TASK BRIEF
Give every line of the records exactly, please, from the first up to and including the one containing "-7.076138), (-49.53, -8.817245))".

(Dataset entries)
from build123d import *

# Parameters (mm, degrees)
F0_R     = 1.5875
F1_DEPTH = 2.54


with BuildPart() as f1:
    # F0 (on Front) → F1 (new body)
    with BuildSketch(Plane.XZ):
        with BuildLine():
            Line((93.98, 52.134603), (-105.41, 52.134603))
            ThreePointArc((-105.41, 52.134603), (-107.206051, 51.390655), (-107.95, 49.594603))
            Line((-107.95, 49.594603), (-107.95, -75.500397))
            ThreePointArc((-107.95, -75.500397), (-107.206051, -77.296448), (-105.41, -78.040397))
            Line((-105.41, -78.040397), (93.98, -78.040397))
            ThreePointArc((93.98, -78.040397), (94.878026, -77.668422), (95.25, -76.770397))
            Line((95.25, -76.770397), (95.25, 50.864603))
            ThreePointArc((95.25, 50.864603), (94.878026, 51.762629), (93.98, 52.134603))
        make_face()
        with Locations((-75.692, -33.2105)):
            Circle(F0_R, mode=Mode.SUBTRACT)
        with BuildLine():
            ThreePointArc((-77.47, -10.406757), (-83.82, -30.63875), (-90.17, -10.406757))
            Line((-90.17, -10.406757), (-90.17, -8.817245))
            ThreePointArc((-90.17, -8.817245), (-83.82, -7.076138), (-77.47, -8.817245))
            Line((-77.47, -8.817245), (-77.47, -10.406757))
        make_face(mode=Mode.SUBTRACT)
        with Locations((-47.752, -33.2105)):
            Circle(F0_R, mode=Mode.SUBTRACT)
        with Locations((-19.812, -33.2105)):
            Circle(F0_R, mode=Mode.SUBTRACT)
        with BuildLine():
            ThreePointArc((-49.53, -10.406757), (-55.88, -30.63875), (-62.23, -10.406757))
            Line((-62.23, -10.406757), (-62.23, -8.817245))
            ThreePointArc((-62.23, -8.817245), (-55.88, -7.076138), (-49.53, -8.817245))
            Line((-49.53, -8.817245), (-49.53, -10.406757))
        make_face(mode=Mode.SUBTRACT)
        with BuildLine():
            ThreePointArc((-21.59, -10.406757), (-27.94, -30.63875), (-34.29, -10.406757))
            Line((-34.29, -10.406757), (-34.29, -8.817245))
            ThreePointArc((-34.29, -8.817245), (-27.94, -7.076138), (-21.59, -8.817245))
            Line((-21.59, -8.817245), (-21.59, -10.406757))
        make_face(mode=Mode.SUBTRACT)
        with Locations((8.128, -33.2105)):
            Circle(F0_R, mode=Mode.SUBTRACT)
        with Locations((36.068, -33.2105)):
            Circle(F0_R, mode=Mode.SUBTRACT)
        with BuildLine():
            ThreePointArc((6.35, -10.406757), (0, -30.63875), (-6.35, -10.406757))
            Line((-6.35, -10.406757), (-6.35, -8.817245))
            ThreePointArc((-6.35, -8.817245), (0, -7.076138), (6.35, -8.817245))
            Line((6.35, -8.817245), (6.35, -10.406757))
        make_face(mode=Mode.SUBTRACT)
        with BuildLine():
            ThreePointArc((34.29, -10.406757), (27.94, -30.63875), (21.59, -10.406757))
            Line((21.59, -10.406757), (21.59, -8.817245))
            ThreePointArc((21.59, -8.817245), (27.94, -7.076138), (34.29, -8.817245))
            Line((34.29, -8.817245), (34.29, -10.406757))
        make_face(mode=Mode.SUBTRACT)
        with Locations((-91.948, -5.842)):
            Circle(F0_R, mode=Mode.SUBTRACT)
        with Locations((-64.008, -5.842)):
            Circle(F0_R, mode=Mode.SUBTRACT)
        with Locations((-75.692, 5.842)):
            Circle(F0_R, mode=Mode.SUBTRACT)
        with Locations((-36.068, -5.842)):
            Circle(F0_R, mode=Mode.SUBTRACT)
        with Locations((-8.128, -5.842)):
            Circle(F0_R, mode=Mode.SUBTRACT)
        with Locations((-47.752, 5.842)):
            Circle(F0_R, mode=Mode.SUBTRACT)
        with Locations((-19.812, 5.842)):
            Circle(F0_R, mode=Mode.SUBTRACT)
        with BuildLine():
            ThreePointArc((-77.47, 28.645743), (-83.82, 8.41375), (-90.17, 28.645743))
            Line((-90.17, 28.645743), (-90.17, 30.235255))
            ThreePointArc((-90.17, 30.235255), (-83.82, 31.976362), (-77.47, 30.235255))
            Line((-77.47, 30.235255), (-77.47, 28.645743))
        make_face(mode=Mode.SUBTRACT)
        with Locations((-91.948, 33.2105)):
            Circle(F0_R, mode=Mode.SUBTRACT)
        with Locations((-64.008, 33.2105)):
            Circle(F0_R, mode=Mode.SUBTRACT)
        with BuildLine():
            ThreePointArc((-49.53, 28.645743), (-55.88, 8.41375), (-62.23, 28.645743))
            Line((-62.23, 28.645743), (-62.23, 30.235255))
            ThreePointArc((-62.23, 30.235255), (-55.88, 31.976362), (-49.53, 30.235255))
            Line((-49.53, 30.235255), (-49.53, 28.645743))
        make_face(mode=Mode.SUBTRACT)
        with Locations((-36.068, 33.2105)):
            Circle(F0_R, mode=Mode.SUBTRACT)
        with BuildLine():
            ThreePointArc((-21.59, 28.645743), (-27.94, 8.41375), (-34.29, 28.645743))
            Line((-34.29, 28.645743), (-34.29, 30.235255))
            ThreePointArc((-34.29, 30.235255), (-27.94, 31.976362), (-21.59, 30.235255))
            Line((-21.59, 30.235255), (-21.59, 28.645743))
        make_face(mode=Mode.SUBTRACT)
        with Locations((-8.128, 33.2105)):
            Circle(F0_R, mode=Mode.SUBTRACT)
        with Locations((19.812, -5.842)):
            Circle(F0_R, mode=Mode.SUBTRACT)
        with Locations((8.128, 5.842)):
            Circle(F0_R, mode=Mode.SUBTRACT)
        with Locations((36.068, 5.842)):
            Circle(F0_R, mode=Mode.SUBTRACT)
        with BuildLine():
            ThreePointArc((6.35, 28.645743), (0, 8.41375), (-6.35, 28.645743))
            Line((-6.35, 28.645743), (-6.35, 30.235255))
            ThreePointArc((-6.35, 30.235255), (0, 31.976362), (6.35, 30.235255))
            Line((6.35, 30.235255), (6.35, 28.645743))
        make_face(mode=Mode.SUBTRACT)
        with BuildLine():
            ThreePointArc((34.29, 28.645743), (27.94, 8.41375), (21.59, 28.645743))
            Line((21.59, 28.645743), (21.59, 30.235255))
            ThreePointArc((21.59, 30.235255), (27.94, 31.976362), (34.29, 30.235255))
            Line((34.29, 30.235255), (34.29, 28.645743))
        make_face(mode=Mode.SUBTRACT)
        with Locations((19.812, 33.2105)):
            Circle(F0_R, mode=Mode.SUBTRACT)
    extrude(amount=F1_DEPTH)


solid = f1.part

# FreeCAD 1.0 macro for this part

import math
import FreeCAD as App
import Part
import Sketcher
from FreeCAD import Vector
Q = App.Units.Quantity

doc = App.newDocument("Part")
body = doc.addObject("PartDesign::Body", "Body")

sketch1 = body.newObject("Sketcher::SketchObject", "Sketch")
sketch1.AttachmentSupport = (doc.getObject("XZ_Plane"), [""])
sketch1.MapMode = "FlatFace"
sketch1.addGeometry([
    Part.LineSegment(Vector(94, 52.1, 0), Vector(-105.4, 52.1, 0)),
    Part.ArcOfCircle(Part.Circle(Vector(-105.4, 49.6, 0), Vector(0, 0, 1), 2.5), math.radians(90), math.radians(180)),
    Part.LineSegment(Vector(-108, 49.6, 0), Vector(-108, -75.5, 0)),
    Part.ArcOfCircle(Part.Circle(Vector(-105.4, -75.5, 0), Vector(0, 0, 1), 2.5), math.radians(-180), math.radians(-90)),
    Part.LineSegment(Vector(-105.4, -78, 0), Vector(94, -78, 0)),
    Part.ArcOfCircle(Part.Circle(Vector(94, -76.8, 0), Vector(0, 0, 1), 1.3), math.radians(-90), math.radians(0)),
    Part.LineSegment(Vector(95.2, -76.8, 0), Vector(95.2, 50.9, 0)),
    Part.ArcOfCircle(Part.Circle(Vector(94, 50.9, 0), Vector(0, 0, 1), 1.3), math.radians(0), math.radians(90)),
    Part.Circle(Vector(-75.7, -33.2, 0), Vector(0, 0, 1), 1.6),
    Part.LineSegment(Vector(-77.5, -8.8, 0), Vector(-77.5, -10.4, 0)),
    Part.ArcOfCircle(Part.Circle(Vector(-83.8, -19.5, 0), Vector(0, 0, 1), 11.1), math.radians(125), math.radians(415)),
    Part.LineSegment(Vector(-90.2, -10.4, 0), Vector(-90.2, -8.8, 0)),
    Part.ArcOfCircle(Part.Circle(Vector(-83.8, -19.5, 0), Vector(0, 0, 1), 12.5), math.radians(59), math.radians(121)),
    Part.Circle(Vector(-47.8, -33.2, 0), Vector(0, 0, 1), 1.6),
    Part.LineSegment(Vector(-49.5, -8.8, 0), Vector(-49.5, -10.4, 0)),
    Part.ArcOfCircle(Part.Circle(Vector(-55.9, -19.5, 0), Vector(0, 0, 1), 11.1), math.radians(125), math.radians(415)),
    Part.LineSegment(Vector(-62.2, -10.4, 0), Vector(-62.2, -8.8, 0)),
    Part.ArcOfCircle(Part.Circle(Vector(-55.9, -19.5, 0), Vector(0, 0, 1), 12.5), math.radians(59), math.radians(121)),
    Part.Circle(Vector(-91.9, -5.8, 0), Vector(0, 0, 1), 1.6),
    Part.Circle(Vector(-64, -5.8, 0), Vector(0, 0, 1), 1.6),
    Part.Circle(Vector(-36.1, -5.8, 0), Vector(0, 0, 1), 1.6),
    Part.Circle(Vector(-19.8, -33.2, 0), Vector(0, 0, 1), 1.6),
    Part.LineSegment(Vector(-21.6, -8.8, 0), Vector(-21.6, -10.4, 0)),
    Part.ArcOfCircle(Part.Circle(Vector(-27.9, -19.5, 0), Vector(0, 0, 1), 11.1), math.radians(125), math.radians(415)),
    Part.LineSegment(Vector(-34.3, -10.4, 0), Vector(-34.3, -8.8, 0)),
    Part.ArcOfCircle(Part.Circle(Vector(-27.9, -19.5, 0), Vector(0, 0, 1), 12.5), math.radians(59), math.radians(121)),
    Part.LineSegment(Vector(6.3, -8.8, 0), Vector(6.3, -10.4, 0)),
    Part.ArcOfCircle(Part.Circle(Vector(0, -19.5, 0), Vector(0, 0, 1), 11.1), math.radians(125), math.radians(415)),
    Part.LineSegment(Vector(-6.3, -10.4, 0), Vector(-6.3, -8.8, 0)),
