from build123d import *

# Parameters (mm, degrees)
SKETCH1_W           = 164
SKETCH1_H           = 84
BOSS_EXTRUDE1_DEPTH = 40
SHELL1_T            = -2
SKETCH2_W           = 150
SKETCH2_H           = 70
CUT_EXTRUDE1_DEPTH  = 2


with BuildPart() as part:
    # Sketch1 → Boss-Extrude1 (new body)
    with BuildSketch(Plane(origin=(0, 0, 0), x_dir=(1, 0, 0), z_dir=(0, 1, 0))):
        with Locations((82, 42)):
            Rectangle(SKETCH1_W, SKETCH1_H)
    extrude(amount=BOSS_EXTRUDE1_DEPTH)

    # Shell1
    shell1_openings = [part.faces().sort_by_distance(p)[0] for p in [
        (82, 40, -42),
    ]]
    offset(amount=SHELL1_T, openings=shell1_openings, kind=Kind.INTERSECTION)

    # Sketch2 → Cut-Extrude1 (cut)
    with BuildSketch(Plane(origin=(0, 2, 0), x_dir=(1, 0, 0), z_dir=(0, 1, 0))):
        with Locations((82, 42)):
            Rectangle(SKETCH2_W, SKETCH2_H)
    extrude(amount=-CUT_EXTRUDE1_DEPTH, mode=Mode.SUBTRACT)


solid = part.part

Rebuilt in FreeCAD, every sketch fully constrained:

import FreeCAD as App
import Part
import Sketcher


def faces_at(feature, points):
    """Names of the faces that lie closest to the given points."""
    faces = feature.Shape.Faces
    near = lambda p: min(range(len(faces)), key=lambda i: faces[i].distToShape(Part.Vertex(*p))[0])
    return sorted({f"Face{near(p) + 1}" for p in points})

doc = App.newDocument("Part")
body = doc.addObject("PartDesign::Body", "Body")

# Sketch on XZ plane
sketch1 = body.newObject("Sketcher::SketchObject", "Sketch")
sketch1.AttachmentSupport = (doc.getObject("XZ_Plane"), [""])
sketch1.MapMode = "FlatFace"
sketch1.addGeometry([
    Part.LineSegment(App.Vector(0, -84, 0), App.Vector(0, 0, 0)),
    Part.LineSegment(App.Vector(0, 0, 0), App.Vector(164, 0, 0)),
    Part.LineSegment(App.Vector(164, 0, 0), App.Vector(164, -84, 0)),
    Part.LineSegment(App.Vector(164, -84, 0), App.Vector(0, -84, 0)),
], False)
sketch1.addConstraint([
    Sketcher.Constraint("Coincident", 0, 2, 1, 1),
    Sketcher.Constraint("Coincident", 1, 2, 2, 1),
    Sketcher.Constraint("Coincident", 2, 2, 3, 1),
    Sketcher.Constraint("Coincident", 3, 2, 0, 1),
    Sketcher.Constraint("Vertical", 0),
    Sketcher.Constraint("Horizontal", 1),
    Sketcher.Constraint("Vertical", 2),
    Sketcher.Constraint("Horizontal", 3),
    Sketcher.Constraint("Coincident", 0, 2, -1, 1),
    Sketcher.Constraint("DistanceX", 1, 1, 1, 2, 164.0),
    Sketcher.Constraint("DistanceY", 0, 1, 0, 2, 84.0),
])
pad1 = body.newObject("PartDesign::Pad", "Pad")
pad1.Profile = sketch1
pad1.Length = 40
pad1.Reversed = True
doc.recompute()

thickness = body.newObject("PartDesign::Thickness", "Thickness")
thickness.Base = (pad1, faces_at(pad1, [(82, 40, -42)]))
thickness.Value = 2
thickness.Reversed = True
thickness.Join = "Intersection"

# Sketch on XZ plane
sketch2 = body.newObject("Sketcher::SketchObject", "Sketch001")
sketch2.AttachmentSupport = (doc.getObject("XZ_Plane"), [""])
sketch2.MapMode = "FlatFace"
sketch2.AttachmentOffset = App.Placement(App.Vector(0, 0, -2), App.Rotation())
sketch2.addGeometry([
    Part.LineSegment(App.Vector(7, -77, 0), App.Vector(7, -7, 0)),
    Part.LineSegment(App.Vector(7, -7, 0), App.Vector(157, -7, 0)),
    Part.LineSegment(App.Vector(157, -7, 0), App.Vector(157, -77, 0)),
    Part.LineSegment(App.Vector(157, -77, 0), App.Vector(7, -77, 0)),
], False)
sketch2.addConstraint([
    Sketcher.Constraint("Coincident", 0, 2, 1, 1),
    Sketcher.Constraint("Coincident", 1, 2, 2, 1),
    Sketcher.Constraint("Coincident", 2, 2, 3, 1),
    Sketcher.Constraint("Coincident", 3, 2, 0, 1),
    Sketcher.Constraint("Vertical", 0),
    Sketcher.Constraint("Horizontal", 1),
    Sketcher.Constraint("Vertical", 2),
    Sketcher.Constraint("Horizontal", 3),
    Sketcher.Constraint("DistanceX", 1, 1, 1, 2, 150.0),
    Sketcher.Constraint("DistanceY", 0, 1, 0, 2, 70.0),
    Sketcher.Constraint("DistanceX", -1, 1, 0, 2, 7.0),
    Sketcher.Constraint("DistanceY", 0, 2, -1, 1, 7.0),
])
pocket1 = body.newObject("PartDesign::Pocket", "Pocket")
pocket1.Profile = sketch2
pocket1.Length = 2
pocket1.Reversed = True

doc.recompute()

RESPONSE TO THIS EXERCISE
from build123d import *

# Parameters (mm, degrees)
F0_R     = 1.5875
F1_DEPTH = 2.54


with BuildPart() as f1:
    # F0 (on Front) → F1 (new body)
    with BuildSketch(Plane.XZ):
        with BuildLine():
            Line((93.98, 52.134603), (-105.41, 52.134603))
            ThreePointArc((-105.41, 52.134603), (-107.206051, 51.390655), (-107.95, 49.594603))
            Line((-107.95, 49.594603), (-107.95, -75.500397))
            ThreePointArc((-107.95, -75.500397), (-107.206051, -77.296448), (-105.41, -78.040397))
            Line((-105.41, -78.040397), (93.98, -78.040397))
            ThreePointArc((93.98, -78.040397), (94.878026, -77.668422), (95.25, -76.770397))
            Line((95.25, -76.770397), (95.25, 50.864603))
            ThreePointArc((95.25, 50.864603), (94.878026, 51.762629), (93.98, 52.134603))
        make_face()
        with Locations((-75.692, -33.2105)):
            Circle(F0_R, mode=Mode.SUBTRACT)
        with BuildLine():
            ThreePointArc((-77.47, -10.406757), (-83.82, -30.63875), (-90.17, -10.406757))
            Line((-90.17, -10.406757), (-90.17, -8.817245))
            ThreePointArc((-90.17, -8.817245), (-83.82, -7.076138), (-77.47, -8.817245))
            Line((-77.47, -8.817245), (-77.47, -10.406757))
        make_face(mode=Mode.SUBTRACT)
        with Locations((-47.752, -33.2105)):
            Circle(F0_R, mode=Mode.SUBTRACT)
        with Locations((-19.812, -33.2105)):
            Circle(F0_R, mode=Mode.SUBTRACT)
        with BuildLine():
            ThreePointArc((-49.53, -10.406757), (-55.88, -30.63875), (-62.23, -10.406757))
            Line((-62.23, -10.406757), (-62.23, -8.817245))
            ThreePointArc((-62.23, -8.817245), (-55.88, -7.076138), (-49.53, -8.817245))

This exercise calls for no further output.